Sécurisation de l’emploi : l’expertise CHSCT bousculée

par Martine Rossard / 29 mars 2013

Le projet de loi relatif à la sécurisation de l’emploi va-t-il dégrader les conditions de réalisation des expertises CHSCT, notamment en cas de restructurations ? C’est ce que craignent plusieurs experts, au vu du contenu des articles de loi.

S’oriente-t-on vers une restriction du droit d’expertise des CHSCT ? C’est la question que posent plusieurs cabinets d’experts à la veille de l’ouverture des débats parlementaires, prévue le 6 avril, sur le projet de loi relatif à la sécurisation de l’emploi.
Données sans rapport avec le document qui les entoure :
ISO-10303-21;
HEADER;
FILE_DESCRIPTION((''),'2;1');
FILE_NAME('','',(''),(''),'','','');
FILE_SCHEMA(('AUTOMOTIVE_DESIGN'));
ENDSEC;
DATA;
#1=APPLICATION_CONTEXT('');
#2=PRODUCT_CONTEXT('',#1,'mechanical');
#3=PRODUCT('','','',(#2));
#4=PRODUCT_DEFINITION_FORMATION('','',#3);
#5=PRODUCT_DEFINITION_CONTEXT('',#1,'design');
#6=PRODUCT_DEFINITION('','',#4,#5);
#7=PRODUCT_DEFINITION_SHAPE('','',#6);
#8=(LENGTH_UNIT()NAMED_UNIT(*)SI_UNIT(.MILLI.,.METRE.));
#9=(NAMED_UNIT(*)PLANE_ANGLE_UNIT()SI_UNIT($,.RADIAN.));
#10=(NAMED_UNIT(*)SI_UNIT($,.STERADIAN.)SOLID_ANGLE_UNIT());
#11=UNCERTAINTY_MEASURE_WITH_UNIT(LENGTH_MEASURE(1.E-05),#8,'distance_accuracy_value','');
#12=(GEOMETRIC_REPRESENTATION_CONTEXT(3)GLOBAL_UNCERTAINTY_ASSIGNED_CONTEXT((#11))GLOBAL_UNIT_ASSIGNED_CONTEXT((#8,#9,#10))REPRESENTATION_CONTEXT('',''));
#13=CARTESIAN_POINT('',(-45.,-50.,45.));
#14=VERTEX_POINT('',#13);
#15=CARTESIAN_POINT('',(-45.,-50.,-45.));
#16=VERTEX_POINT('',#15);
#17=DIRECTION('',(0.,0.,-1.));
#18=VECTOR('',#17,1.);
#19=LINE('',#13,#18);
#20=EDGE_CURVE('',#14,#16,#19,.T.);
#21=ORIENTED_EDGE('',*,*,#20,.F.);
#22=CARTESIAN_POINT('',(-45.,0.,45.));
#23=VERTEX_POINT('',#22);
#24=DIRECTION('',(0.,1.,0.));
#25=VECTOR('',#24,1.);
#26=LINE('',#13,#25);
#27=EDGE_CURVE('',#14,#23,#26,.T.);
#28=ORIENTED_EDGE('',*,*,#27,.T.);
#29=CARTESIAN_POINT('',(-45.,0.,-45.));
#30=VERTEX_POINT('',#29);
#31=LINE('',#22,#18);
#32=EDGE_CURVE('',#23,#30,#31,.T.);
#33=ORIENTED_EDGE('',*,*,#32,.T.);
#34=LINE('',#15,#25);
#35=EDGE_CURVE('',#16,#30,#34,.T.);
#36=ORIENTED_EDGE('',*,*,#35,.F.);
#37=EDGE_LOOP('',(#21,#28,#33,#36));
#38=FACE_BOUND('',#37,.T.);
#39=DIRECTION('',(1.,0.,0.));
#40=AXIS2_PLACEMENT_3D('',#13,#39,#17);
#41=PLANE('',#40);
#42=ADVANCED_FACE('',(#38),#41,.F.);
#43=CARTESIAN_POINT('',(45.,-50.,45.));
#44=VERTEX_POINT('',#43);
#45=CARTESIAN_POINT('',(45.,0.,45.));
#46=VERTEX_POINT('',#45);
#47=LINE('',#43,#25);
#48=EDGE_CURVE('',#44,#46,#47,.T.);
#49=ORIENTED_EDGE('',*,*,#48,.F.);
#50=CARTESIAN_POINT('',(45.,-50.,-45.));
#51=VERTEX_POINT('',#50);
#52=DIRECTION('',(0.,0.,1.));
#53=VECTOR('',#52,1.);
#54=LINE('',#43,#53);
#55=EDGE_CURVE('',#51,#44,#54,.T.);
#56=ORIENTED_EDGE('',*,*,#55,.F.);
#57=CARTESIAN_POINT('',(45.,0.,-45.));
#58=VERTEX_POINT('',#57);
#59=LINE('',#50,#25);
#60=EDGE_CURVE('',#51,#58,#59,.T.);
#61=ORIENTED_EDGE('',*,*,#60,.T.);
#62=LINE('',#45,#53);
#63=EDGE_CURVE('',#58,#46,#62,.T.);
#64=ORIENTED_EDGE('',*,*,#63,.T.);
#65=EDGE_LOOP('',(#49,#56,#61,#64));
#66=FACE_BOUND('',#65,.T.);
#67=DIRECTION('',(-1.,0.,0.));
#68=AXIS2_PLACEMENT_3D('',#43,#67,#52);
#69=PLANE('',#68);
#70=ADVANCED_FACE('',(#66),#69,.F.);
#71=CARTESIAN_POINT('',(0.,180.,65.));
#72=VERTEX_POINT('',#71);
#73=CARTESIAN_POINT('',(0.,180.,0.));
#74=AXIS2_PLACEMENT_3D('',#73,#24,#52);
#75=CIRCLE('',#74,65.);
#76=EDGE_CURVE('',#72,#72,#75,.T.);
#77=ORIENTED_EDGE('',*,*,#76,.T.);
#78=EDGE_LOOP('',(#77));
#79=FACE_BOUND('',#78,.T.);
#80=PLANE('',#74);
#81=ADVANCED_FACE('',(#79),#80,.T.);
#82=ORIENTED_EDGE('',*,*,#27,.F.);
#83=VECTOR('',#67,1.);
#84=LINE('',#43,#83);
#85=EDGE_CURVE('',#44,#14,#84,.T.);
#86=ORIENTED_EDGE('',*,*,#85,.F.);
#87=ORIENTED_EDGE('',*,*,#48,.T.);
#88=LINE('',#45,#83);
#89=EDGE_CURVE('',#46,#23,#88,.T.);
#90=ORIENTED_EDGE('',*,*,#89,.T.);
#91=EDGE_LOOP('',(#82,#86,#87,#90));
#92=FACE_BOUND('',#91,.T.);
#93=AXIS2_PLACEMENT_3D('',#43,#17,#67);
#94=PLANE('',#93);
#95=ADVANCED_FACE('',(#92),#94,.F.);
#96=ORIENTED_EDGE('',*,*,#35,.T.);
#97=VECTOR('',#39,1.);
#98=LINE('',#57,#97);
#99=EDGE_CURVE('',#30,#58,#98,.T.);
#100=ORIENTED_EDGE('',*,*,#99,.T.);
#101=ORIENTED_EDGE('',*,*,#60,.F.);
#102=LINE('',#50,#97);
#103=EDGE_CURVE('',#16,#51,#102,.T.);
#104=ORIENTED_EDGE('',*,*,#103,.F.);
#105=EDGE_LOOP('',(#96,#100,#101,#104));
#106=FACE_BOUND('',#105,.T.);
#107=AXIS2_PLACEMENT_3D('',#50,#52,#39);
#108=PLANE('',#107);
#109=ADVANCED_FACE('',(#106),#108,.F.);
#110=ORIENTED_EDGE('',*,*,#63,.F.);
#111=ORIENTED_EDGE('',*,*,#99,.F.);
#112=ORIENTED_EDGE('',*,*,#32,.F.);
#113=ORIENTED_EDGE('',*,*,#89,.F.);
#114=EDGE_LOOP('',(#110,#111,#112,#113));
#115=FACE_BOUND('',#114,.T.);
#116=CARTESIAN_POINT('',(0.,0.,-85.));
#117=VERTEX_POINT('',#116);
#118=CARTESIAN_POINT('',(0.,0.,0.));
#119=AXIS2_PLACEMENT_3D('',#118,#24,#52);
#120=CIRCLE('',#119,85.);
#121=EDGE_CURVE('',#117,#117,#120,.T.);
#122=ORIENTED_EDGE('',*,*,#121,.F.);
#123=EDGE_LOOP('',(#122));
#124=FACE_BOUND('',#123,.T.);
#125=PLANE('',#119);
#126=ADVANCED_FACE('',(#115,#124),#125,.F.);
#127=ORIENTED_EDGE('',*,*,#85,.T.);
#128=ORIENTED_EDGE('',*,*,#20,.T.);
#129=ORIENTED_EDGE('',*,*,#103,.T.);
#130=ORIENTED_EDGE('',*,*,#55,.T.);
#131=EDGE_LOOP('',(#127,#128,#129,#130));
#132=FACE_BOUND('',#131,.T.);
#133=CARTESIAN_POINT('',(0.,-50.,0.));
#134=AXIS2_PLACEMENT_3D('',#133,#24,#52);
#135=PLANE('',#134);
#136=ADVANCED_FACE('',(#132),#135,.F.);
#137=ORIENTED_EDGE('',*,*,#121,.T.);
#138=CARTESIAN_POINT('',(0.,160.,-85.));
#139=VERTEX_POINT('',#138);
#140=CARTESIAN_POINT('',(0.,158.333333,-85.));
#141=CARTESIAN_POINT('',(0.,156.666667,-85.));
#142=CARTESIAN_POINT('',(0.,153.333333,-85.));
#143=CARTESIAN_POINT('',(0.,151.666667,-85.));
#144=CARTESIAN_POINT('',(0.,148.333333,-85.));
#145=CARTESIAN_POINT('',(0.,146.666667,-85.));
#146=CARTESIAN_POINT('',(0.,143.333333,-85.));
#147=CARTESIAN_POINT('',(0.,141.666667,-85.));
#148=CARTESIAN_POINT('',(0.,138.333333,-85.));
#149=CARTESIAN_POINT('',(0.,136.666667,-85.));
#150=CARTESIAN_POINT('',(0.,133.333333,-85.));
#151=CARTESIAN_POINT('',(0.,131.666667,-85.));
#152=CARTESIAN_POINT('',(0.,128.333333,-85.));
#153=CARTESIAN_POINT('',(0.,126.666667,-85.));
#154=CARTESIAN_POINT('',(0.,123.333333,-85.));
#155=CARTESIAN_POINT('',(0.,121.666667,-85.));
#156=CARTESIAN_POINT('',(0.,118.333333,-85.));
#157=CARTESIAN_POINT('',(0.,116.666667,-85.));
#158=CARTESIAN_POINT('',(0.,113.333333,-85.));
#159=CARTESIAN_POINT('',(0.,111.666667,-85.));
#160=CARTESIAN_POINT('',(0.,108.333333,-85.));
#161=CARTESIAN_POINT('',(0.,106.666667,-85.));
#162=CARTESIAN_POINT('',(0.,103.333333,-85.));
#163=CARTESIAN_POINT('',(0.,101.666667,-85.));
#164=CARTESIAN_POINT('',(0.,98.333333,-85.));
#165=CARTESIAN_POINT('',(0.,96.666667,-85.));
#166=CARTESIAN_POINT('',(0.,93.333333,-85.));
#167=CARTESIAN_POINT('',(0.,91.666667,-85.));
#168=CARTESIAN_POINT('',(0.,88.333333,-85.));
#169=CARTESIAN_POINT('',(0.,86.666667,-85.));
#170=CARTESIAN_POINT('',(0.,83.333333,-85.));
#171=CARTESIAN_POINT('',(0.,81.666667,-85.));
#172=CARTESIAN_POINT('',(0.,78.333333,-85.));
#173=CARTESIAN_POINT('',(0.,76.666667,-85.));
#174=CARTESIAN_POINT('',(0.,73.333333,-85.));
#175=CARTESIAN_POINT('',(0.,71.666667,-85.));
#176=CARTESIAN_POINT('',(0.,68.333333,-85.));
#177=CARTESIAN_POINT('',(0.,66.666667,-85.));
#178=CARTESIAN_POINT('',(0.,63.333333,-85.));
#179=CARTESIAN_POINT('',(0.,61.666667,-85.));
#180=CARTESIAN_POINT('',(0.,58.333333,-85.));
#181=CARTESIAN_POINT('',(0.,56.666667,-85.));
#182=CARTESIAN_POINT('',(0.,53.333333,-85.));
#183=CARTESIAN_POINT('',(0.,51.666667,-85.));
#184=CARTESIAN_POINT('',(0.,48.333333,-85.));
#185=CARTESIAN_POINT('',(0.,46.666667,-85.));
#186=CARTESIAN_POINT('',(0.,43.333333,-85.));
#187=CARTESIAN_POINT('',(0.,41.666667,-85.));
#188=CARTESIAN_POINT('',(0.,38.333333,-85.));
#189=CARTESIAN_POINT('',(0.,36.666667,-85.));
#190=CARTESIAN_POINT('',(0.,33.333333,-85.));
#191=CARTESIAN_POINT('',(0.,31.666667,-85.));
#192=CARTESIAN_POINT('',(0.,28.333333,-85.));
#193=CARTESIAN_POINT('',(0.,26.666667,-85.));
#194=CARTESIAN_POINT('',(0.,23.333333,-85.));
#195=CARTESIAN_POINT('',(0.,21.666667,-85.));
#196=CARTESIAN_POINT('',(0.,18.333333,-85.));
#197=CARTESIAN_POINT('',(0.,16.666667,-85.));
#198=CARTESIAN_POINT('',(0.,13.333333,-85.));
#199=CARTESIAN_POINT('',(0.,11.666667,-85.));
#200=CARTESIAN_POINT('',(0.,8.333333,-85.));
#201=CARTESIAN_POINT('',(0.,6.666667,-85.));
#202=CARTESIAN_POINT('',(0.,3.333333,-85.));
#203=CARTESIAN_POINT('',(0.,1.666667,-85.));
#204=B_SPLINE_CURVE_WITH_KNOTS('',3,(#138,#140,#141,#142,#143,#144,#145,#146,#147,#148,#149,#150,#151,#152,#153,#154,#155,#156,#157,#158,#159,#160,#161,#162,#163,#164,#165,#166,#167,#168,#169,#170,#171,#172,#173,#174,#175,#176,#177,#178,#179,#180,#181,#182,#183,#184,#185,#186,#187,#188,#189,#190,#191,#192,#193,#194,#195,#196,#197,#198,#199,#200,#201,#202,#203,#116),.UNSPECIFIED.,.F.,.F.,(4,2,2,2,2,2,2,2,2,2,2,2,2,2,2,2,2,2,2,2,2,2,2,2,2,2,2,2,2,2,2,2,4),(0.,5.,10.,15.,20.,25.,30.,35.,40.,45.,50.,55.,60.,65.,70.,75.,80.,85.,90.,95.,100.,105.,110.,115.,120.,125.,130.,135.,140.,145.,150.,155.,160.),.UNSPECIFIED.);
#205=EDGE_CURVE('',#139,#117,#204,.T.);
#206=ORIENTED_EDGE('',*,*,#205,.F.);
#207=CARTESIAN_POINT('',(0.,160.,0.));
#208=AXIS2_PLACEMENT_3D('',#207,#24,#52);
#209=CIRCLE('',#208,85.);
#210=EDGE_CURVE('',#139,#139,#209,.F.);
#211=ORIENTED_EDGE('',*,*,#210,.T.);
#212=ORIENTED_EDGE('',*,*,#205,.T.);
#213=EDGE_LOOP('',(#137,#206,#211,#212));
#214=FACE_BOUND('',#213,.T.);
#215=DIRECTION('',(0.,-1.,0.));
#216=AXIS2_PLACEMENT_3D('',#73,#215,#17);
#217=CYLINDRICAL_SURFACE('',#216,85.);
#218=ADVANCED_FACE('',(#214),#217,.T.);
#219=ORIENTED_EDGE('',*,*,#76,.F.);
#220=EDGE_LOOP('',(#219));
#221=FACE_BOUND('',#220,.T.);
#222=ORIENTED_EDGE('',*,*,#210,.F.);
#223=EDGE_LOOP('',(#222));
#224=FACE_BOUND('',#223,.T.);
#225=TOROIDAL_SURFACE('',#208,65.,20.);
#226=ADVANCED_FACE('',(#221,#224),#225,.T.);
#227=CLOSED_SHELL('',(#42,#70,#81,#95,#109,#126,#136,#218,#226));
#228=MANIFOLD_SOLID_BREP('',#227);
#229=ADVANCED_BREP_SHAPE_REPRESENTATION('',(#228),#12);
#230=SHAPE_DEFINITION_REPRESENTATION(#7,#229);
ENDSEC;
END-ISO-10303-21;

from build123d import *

# Parameters (mm, degrees)
SKETCH1_R           = 85
BOSS_EXTRUDE2_DEPTH = 180
SKETCH2_W           = 90
SKETCH2_H           = 90
BOSS_EXTRUDE3_DEPTH = 50
FILLET1_R           = 20


with BuildPart() as part:
    # Sketch1 → Boss-Extrude2 (new body)
    with BuildSketch(Plane(origin=(0, 0, 0), x_dir=(1, 0, 0), z_dir=(0, 1, 0))):
        with Locations(Location((0, 0, 0), (0, 0, 90))):
            Circle(SKETCH1_R)
    extrude(amount=BOSS_EXTRUDE2_DEPTH)

    # Sketch2 → Boss-Extrude3 (add)
    with BuildSketch(Plane.XZ):
        Rectangle(SKETCH2_W, SKETCH2_H)
    extrude(amount=BOSS_EXTRUDE3_DEPTH)

    # Fillet1
    fillet1_edges = [part.edges().sort_by_distance(p)[0] for p in [
        (0, 180, 85),
    ]]
    fillet(fillet1_edges, radius=FILLET1_R)


solid = part.part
Ce dernier comporte en effet diverses mesures concernant ce droit des CHSCT. Des mesures dictées par l’accord national interprofessionnel signé le 11 janvier par le patronat, la CFDT, la CFTC, et la CFE-CGC, dont le projet de loi est censé assurer la transposition législative.

Le droit d’expertise des CHSCT prévoit que les représentants du personnel au sein de cette instance peuvent faire appel à un expert agréé en cas de risque grave constaté dans l’établissement ou en cas de projet important modifiant les conditions de santé et de sécurité ou les conditions de travail (art. L. 4614-12 du Code du travail). Les frais d’expertise sont à la charge de l’employeur, qui peut saisir le juge judiciaire s’il entend contester la nécessité de l’expertise, son coût, son étendue ou son délai  (art. L. 4614-13). Aujourd’hui, de plus en plus de CHSCT utilisent leur droit d’expertise, afin de mieux cerner les facteurs de risque liés aux situations et organisations de travail auxquels ils sont confrontés. Ce qui a donné lieu à toute une jurisprudence favorable à ces instances, renforçant leur rôle et leurs prérogatives.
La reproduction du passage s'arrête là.